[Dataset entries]
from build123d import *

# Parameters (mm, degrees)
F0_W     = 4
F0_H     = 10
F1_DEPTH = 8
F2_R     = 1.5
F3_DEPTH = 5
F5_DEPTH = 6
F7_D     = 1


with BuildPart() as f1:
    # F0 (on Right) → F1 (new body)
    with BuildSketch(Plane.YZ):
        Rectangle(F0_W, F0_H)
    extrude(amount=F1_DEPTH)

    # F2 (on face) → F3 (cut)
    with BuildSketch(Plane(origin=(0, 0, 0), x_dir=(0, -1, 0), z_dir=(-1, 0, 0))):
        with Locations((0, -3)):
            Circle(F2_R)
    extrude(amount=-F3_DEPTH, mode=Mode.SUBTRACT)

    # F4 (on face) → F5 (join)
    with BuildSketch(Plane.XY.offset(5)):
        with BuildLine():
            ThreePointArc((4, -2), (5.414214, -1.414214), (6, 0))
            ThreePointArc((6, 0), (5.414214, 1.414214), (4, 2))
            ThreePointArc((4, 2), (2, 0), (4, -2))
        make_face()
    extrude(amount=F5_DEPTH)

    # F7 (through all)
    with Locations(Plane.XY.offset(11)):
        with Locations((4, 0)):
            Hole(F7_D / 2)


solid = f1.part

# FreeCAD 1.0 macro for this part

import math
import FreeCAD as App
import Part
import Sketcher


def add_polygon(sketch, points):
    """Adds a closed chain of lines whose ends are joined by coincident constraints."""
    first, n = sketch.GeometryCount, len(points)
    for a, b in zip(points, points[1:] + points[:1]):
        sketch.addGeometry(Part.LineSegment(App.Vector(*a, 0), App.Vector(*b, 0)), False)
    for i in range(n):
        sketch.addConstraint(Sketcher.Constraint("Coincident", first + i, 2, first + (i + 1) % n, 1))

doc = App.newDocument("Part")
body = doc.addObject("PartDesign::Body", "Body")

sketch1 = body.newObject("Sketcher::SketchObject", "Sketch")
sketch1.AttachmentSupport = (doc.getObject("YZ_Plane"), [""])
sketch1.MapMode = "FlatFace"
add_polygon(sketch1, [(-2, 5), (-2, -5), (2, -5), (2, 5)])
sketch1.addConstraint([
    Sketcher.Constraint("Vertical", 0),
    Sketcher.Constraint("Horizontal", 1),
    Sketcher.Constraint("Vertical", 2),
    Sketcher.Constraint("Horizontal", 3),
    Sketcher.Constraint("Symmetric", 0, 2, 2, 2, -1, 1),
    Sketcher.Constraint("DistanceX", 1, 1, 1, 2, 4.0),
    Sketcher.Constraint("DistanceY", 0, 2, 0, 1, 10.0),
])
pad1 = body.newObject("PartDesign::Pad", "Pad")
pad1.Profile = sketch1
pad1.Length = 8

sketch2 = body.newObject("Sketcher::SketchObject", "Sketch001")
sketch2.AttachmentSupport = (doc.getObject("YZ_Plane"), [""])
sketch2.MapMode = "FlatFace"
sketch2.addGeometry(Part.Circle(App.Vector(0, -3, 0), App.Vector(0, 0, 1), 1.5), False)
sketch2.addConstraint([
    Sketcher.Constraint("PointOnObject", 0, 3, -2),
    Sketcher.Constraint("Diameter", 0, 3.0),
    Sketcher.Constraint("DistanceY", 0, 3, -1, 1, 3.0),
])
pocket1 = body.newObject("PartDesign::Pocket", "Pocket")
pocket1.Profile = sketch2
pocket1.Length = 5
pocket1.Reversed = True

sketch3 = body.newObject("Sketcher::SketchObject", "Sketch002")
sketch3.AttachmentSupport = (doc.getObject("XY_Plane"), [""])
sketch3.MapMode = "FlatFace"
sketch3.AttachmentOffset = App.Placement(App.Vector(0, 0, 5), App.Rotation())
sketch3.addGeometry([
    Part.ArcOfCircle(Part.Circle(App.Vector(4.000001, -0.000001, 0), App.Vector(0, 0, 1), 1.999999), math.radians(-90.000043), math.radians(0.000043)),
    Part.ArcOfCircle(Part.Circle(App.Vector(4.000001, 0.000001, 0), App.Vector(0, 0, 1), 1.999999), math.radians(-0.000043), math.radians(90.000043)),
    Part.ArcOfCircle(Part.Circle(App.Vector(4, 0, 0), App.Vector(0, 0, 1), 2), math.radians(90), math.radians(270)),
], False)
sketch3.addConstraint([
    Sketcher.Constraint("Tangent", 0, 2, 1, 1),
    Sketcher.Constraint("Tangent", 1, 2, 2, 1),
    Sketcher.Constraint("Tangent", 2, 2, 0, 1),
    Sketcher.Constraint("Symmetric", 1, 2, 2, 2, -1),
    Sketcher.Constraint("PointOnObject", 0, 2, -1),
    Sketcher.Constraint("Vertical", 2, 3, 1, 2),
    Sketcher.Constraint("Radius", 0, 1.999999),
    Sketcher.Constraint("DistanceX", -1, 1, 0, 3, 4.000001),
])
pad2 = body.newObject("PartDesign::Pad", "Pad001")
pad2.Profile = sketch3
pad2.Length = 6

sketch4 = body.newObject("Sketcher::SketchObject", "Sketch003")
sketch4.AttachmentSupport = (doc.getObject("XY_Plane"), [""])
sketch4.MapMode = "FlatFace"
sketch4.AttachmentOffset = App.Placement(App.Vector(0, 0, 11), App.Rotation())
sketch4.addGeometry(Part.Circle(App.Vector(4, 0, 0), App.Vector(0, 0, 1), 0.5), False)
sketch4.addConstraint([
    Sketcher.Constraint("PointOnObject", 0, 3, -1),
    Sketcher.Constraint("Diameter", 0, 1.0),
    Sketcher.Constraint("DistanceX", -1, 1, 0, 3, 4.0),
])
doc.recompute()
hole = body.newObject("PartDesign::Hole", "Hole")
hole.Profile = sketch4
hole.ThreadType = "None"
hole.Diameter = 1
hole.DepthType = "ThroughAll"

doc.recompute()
==
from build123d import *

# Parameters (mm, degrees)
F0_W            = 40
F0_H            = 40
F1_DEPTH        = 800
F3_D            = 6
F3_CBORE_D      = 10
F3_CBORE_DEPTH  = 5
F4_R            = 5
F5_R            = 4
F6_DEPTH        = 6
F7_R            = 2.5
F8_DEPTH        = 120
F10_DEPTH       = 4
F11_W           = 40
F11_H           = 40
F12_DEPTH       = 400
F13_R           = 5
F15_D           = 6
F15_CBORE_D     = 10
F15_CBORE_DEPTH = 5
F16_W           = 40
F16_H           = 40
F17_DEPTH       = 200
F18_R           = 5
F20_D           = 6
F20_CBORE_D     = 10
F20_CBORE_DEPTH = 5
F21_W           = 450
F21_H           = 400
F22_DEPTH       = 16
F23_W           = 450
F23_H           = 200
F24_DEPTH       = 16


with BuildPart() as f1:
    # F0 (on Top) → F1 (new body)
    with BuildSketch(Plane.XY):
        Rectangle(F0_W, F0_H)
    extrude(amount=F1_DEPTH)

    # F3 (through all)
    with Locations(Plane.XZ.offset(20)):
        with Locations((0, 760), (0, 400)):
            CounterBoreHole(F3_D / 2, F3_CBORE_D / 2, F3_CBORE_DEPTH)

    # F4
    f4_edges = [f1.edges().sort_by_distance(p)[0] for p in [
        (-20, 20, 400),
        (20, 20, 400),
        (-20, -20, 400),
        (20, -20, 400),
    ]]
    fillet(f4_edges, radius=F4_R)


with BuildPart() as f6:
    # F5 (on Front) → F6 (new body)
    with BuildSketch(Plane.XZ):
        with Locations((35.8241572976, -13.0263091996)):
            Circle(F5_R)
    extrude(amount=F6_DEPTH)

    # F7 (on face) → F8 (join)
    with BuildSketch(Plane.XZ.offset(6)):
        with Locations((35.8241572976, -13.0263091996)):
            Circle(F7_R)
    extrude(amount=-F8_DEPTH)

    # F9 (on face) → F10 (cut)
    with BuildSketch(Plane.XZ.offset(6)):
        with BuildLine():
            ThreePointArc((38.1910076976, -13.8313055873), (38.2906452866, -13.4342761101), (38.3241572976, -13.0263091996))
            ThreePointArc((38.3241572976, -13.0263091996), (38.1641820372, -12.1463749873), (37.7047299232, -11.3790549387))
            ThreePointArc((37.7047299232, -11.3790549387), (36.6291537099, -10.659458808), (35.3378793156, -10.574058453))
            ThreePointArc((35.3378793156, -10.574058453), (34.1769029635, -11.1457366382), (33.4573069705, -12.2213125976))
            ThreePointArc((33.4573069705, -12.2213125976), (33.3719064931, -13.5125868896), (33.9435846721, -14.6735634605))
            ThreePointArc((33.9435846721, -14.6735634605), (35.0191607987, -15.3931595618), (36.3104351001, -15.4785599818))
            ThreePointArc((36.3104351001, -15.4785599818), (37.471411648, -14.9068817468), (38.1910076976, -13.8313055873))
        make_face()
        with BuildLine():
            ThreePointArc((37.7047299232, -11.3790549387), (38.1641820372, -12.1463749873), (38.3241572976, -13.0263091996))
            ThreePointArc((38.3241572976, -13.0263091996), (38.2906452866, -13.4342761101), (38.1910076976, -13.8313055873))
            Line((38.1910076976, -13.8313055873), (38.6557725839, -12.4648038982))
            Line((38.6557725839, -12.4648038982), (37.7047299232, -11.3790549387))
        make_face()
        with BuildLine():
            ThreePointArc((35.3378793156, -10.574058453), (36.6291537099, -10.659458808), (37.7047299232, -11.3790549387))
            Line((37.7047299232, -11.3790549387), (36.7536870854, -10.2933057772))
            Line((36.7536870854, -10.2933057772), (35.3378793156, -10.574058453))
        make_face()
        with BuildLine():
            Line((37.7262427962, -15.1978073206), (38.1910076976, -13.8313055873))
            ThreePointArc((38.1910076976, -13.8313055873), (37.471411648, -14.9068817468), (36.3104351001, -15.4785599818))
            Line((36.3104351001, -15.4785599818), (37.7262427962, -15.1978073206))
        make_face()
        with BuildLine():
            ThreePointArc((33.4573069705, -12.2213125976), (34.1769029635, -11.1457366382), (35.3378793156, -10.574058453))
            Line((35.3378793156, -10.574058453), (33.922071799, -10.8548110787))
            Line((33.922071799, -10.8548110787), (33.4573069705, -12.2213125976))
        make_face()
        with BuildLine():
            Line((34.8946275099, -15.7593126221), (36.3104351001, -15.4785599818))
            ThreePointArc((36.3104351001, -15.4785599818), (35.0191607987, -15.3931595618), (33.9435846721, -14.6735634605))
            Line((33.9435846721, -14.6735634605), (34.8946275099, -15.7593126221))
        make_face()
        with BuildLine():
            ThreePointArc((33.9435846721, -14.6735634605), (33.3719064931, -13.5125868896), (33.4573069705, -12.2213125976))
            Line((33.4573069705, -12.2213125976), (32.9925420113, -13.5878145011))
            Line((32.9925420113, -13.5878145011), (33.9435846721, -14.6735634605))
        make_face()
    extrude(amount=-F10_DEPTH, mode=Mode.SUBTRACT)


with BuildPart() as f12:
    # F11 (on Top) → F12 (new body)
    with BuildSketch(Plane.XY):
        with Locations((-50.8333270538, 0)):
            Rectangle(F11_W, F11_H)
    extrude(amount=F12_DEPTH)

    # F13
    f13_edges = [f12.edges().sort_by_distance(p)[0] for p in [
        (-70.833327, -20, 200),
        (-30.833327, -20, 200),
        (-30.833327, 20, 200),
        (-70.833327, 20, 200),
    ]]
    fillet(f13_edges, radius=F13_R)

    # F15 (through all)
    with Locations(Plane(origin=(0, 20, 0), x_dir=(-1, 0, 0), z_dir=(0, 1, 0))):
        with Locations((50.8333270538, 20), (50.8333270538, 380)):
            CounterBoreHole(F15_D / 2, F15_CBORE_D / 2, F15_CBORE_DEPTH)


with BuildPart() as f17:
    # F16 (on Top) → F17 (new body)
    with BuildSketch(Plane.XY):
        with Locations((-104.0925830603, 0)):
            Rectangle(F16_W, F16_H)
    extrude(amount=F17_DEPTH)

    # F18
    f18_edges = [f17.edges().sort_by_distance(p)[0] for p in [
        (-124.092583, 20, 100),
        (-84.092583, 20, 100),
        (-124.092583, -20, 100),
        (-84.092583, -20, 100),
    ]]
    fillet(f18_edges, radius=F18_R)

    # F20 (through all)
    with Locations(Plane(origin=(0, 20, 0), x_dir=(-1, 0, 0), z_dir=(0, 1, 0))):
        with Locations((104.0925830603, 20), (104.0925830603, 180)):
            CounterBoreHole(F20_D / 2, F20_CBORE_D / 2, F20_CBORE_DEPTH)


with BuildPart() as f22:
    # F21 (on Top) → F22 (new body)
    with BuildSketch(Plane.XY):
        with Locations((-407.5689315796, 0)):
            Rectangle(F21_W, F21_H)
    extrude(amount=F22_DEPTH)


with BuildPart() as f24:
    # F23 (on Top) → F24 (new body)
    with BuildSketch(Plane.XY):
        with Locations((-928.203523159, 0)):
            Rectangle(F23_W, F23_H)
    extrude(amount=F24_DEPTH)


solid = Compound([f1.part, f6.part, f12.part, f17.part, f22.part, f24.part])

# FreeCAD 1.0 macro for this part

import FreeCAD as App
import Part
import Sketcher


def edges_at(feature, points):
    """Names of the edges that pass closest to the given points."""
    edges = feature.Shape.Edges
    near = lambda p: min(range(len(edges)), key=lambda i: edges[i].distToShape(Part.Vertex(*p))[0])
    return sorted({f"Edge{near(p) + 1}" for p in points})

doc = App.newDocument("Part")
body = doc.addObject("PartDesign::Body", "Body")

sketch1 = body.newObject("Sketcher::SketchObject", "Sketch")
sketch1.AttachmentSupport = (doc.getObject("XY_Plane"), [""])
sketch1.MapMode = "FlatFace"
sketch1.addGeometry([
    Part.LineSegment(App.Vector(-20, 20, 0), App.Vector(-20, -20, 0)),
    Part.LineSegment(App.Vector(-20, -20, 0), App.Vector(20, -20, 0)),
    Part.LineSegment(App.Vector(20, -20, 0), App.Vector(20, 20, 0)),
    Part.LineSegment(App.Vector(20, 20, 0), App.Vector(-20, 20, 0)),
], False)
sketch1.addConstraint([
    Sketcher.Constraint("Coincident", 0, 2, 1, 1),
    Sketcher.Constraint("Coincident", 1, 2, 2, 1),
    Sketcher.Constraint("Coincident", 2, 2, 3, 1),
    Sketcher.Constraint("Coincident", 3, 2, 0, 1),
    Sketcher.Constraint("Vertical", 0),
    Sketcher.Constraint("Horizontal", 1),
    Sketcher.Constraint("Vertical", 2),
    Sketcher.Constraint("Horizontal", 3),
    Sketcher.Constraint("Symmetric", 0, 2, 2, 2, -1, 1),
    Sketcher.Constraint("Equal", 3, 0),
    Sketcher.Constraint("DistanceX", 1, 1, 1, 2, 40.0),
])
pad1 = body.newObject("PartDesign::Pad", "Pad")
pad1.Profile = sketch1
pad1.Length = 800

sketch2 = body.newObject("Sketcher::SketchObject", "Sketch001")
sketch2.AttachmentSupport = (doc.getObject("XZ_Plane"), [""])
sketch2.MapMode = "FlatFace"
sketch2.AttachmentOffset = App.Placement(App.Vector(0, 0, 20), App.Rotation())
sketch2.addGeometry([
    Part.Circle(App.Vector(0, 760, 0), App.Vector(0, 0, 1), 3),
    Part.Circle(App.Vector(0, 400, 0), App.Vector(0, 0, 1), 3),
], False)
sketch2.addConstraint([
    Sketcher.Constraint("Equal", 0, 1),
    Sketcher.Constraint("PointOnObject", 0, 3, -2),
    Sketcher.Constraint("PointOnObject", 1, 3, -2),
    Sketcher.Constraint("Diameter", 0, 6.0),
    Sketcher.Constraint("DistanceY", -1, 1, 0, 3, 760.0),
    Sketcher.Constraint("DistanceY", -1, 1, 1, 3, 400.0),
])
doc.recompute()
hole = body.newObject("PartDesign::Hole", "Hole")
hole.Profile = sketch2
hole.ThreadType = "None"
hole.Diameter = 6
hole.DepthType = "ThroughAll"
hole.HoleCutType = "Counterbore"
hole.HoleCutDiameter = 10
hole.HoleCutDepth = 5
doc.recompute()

[Directions]
Show each line in the data where the string "amount" appears.

[Expected answer]
    extrude(amount=F1_DEPTH)
    extrude(amount=-F3_DEPTH, mode=Mode.SUBTRACT)
    extrude(amount=F5_DEPTH)
    extrude(amount=F1_DEPTH)
    extrude(amount=F6_DEPTH)
    extrude(amount=-F8_DEPTH)
    extrude(amount=-F10_DEPTH, mode=Mode.SUBTRACT)
    extrude(amount=F12_DEPTH)
    extrude(amount=F17_DEPTH)
    extrude(amount=F22_DEPTH)
    extrude(amount=F24_DEPTH)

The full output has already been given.